Set down a word-for-word copy of the data below, limited to the lines from the first through the line with "f 360 359 361".
━━━━━━━━
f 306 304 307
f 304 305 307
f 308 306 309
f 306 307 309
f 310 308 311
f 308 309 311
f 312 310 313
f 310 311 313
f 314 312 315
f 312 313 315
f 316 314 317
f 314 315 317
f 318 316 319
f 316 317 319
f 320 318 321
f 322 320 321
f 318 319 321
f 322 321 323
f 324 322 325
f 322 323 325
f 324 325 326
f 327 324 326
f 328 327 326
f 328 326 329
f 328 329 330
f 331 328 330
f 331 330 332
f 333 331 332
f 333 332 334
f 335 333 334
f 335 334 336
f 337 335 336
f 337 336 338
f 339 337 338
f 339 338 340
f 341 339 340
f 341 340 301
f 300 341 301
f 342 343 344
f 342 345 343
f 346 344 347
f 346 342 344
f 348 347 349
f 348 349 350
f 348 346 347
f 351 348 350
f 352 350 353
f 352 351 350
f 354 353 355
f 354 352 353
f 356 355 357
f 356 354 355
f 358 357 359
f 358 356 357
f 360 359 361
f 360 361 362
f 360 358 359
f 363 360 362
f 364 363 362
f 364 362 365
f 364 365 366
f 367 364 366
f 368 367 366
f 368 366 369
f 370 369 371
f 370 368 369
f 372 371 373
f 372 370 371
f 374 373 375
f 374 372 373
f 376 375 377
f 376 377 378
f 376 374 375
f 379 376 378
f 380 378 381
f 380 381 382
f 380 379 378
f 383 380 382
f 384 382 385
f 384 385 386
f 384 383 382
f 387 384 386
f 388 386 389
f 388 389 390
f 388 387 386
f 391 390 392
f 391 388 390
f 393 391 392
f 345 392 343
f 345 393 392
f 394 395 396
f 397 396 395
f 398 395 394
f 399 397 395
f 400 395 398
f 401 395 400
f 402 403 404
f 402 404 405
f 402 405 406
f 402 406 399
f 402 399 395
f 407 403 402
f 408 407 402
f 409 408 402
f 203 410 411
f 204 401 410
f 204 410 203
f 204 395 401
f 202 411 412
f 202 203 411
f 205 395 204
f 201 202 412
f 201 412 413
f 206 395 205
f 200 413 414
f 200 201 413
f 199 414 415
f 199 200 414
━━━━━━━━
Task answer
f 306 304 307
f 304 305 307
f 308 306 309
f 306 307 309
f 310 308 311
f 308 309 311
f 312 310 313
f 310 311 313
f 314 312 315
f 312 313 315
f 316 314 317
f 314 315 317
f 318 316 319
f 316 317 319
f 320 318 321
f 322 320 321
f 318 319 321
f 322 321 323
f 324 322 325
f 322 323 325
f 324 325 326
f 327 324 326
f 328 327 326
f 328 326 329
f 328 329 330
f 331 328 330
f 331 330 332
f 333 331 332
f 333 332 334
f 335 333 334
f 335 334 336
f 337 335 336
f 337 336 338
f 339 337 338
f 339 338 340
f 341 339 340
f 341 340 301
f 300 341 301
f 342 343 344
f 342 345 343
f 346 344 347
f 346 342 344
f 348 347 349
f 348 349 350
f 348 346 347
f 351 348 350
f 352 350 353
f 352 351 350
f 354 353 355
f 354 352 353
f 356 355 357
f 356 354 355
f 358 357 359
f 358 356 357
f 360 359 361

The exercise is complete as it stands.